What Is It About 'No Free Lunch' That Obama Doesn't Understand?
By David Limbaugh
2/3/2012
Obama's latest homeowner mortgage relief plan is perfect for him: It both is consistent with his ideology -- duh -- and allows him to buy more votes with someone else's money, all the while pretending there is in fact such a thing as a free lunch.
The painfully superficial liberal approach to poverty gets old, as does its corollary tenet that conservatives who reject liberals' failed ideas lack compassion. Indeed, Obama seemed to devote half the words in his prayer breakfast speech to proving that Scripture compels liberal policies.
Obama's latest proof that he cares more than we do is his proposal to "give every responsible homeowner in America a chance to save about $3,000 a year on their mortgage by refinancing at historically low rates. No more red tape. No more runaround from the banks."
This has all the elements. He frames the program as applying only to responsible mortgagors; he personally gets credit for handing out this money from his legendary "stash"; government, not the market, dictates what the interest rate will be; government will wave its magic wand forbidding "red tape" and bureaucratic obstacles; and banks, one of his favorite targets, are demonized and lined up to be punished.
But haven't we had enough of this man's top-down manipulation of the market in the guise of helping people? Is he ever to be held accountable for similar failed programs he's already tried? How about that $75 billion mortgage relief plan he implemented in 2009? You know, the one he said would "give millions of families resigned to financial ruin a chance to rebuild"? The one he said would save 7 million to 9 million mortgages.
Well, The New York Times reported in January 2010 that the plan had "been widely pronounced a disappointment." And "some economists and real estate experts," the Times went on, "now contend it has done more harm than good." By June 2010, more than a third of the 1.24 million borrowers who had enrolled in the mortgage bailout program had already dropped out.
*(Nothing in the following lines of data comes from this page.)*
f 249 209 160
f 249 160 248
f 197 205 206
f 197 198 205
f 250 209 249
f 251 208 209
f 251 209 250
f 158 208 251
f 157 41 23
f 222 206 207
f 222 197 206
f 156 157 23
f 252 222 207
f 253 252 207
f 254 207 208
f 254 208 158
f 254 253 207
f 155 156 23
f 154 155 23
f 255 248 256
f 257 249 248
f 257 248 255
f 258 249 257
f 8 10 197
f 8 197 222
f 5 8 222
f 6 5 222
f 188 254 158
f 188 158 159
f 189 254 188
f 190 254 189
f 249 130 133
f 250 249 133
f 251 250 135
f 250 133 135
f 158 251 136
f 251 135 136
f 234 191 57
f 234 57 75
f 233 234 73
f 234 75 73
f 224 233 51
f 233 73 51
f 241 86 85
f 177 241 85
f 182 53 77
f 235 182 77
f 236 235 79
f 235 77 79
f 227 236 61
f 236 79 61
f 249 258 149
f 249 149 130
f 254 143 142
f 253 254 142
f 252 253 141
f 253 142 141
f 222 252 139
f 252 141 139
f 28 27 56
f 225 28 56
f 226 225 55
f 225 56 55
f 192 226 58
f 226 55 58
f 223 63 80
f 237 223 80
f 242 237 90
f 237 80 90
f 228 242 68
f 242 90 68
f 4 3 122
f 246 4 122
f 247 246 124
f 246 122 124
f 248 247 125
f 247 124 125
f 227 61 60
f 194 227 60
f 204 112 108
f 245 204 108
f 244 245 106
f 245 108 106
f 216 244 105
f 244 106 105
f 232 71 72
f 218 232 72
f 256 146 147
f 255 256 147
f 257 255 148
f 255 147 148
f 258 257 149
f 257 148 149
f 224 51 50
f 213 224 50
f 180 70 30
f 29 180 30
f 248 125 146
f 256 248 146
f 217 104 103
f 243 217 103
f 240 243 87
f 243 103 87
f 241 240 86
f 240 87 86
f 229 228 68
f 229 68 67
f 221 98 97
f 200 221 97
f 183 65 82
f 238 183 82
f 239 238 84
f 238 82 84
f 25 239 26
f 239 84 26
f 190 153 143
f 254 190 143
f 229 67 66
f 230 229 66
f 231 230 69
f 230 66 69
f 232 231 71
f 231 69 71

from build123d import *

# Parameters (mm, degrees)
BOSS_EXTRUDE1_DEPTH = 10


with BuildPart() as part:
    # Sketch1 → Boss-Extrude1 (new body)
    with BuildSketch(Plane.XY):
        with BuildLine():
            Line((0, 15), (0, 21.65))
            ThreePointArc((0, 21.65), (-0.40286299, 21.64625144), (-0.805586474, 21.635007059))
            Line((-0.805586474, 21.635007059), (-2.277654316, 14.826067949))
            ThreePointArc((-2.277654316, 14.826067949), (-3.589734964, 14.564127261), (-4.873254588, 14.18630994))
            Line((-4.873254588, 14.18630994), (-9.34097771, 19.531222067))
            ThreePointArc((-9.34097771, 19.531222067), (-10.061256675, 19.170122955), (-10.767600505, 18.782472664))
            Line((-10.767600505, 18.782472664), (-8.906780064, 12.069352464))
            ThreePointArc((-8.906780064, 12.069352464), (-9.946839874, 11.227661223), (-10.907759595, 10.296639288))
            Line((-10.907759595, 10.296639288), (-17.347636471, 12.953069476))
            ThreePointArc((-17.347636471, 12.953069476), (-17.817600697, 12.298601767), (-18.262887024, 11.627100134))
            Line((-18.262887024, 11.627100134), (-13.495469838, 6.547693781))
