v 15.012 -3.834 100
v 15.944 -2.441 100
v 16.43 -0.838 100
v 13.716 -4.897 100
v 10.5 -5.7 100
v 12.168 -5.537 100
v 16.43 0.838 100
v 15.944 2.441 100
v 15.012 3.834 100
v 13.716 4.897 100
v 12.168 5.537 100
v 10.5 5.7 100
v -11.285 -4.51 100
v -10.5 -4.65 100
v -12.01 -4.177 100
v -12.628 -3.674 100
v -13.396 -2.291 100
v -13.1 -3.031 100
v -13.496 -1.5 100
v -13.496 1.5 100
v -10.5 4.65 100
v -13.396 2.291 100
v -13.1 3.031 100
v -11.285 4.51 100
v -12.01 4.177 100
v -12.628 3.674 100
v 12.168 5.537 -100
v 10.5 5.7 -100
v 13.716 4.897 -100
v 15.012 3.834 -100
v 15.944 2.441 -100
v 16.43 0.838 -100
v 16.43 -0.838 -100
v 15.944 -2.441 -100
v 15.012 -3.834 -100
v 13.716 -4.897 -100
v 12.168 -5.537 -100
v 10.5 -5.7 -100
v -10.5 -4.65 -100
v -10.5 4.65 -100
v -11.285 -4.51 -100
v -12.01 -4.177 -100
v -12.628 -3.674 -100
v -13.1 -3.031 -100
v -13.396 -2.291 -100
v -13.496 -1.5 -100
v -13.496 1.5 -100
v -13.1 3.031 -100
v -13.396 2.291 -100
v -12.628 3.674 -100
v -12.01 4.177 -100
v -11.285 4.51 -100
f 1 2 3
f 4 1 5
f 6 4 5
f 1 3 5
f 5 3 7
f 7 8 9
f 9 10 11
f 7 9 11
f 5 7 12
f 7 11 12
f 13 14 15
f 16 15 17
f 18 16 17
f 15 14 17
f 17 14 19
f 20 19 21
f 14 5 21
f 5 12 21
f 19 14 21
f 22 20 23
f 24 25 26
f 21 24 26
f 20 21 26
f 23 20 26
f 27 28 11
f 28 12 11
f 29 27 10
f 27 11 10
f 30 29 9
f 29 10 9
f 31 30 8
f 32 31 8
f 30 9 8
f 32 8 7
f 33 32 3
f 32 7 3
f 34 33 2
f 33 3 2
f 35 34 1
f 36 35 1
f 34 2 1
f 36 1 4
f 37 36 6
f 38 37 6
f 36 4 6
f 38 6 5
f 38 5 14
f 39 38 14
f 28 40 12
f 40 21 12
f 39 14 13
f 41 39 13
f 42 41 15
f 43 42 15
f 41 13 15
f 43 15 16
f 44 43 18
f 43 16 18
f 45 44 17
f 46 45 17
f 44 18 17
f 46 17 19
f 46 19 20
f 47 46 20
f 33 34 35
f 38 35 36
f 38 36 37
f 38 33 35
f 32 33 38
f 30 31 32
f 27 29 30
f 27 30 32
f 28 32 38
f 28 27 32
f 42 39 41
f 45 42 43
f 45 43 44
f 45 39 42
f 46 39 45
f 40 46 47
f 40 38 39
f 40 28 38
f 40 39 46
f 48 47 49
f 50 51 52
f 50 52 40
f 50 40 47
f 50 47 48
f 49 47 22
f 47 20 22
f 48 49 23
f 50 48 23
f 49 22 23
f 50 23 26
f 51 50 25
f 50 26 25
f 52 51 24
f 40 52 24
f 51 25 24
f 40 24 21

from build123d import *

# Parameters (mm, degrees)
BOSS_EXTRUDE1_DEPTH = 100


with BuildPart() as part:
    # Sketch1 → Boss-Extrude1 (new, symmetric)
    with BuildSketch(Plane.XY):
        with BuildLine():
            Line((-13.496435042, -1.5), (-13.496435042, 1.5))
            ThreePointArc((-13.496435042, 1.5), (-12.627675159, 3.673771087), (-10.5, 4.65))
            Line((-10.5, 4.65), (10.5, 5.7))
            ThreePointArc((10.5, 5.7), (16.492120552, 0), (10.5, -5.7))
            Line((10.5, -5.7), (-10.5, -4.65))
            ThreePointArc((-10.5, -4.65), (-12.627675159, -3.673771087), (-13.496435042, -1.5))
        make_face()
    extrude(amount=BOSS_EXTRUDE1_DEPTH, both=True)


solid = part.part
Nevertheless, the administration pressed forward, in complete denial that the program was failing and that the administration should be accountable. It cared, after all.
But if you buy your kid a car or give him a sweetheart loan to help him purchase one and he gets drunk and wrecks it, do you immediately buy him a new, more expensive one?
Moreover, is Obama ever to be held accountable for his entire range of economic policies that have grossly exacerbated our economic malaise and suppressed any chance of a real recovery?
If he would just get his Keynesian boot off the accelerator, quit spending money as if he were a perpetual lottery winner, stop enacting regulations to punish businesses, get behind capital gains and corporate income tax relief, stop showering recklessly wasteful "renewable and clean" energy projects with money as if he were a bitter spouse trying to bankrupt her cheating husband, and end his crusade against tried-and-tested domestic sources of energy, the economy would recover and we wouldn't have so many homeowners with upside-down mortgages to worry about. But why do all that when you can still blame Bush?
Did Obama accept responsibility for his 2009 mortgage relief plan? Of course not. He brags about it. He fails to mention his promise to save 7 million to 9 million mortgages and boasts that he's helped nearly 1 million of them, itself a dubious figure. There's no "I'm sorry it was a miserable failure," but rather "trust me to throw something else against the wall" -- reminiscent of his high-speed rail mantra.
His new plan is terribly flawed. It'll probably win him votes, but it wouldn't do anything for the ailing housing market or the overall economy and would probably hurt them. The Cato Institute's Mark Calabria debunks the idea that reducing homeowners' mortgage payments would be "a no-cost stimulus." It might give homeowners more money to spend, but it would drive down payments on mortgages and mortgage-backed securities, so mortgage investors would reduce their spending, making the net effect a wash. It would also redistribute money, regressively, from some taxpayers to homeowners and from retirees to younger homeowners. Nor would the arbitrary fee to be imposed on the evil banks be without consequences because it would reduce bank equity and thus new lending, hurting potential borrowers by reducing available credit. The plan could also reduce future home prices.
So we have a cavalier president proposing, again (remember the GM and Chrysler restructurings), to alter the terms of existing contracts to the detriment of one of the contracting parties, illegally and unconstitutionally, as if lawmakers' allegedly good intentions exempt them.
This plan moves beyond class warfare rhetoric into class warfare policy. The administration is not teaching people to fish but is stealing fish from others and giving it to them. It will not work, and it will further damage our hopes for a sustained recovery.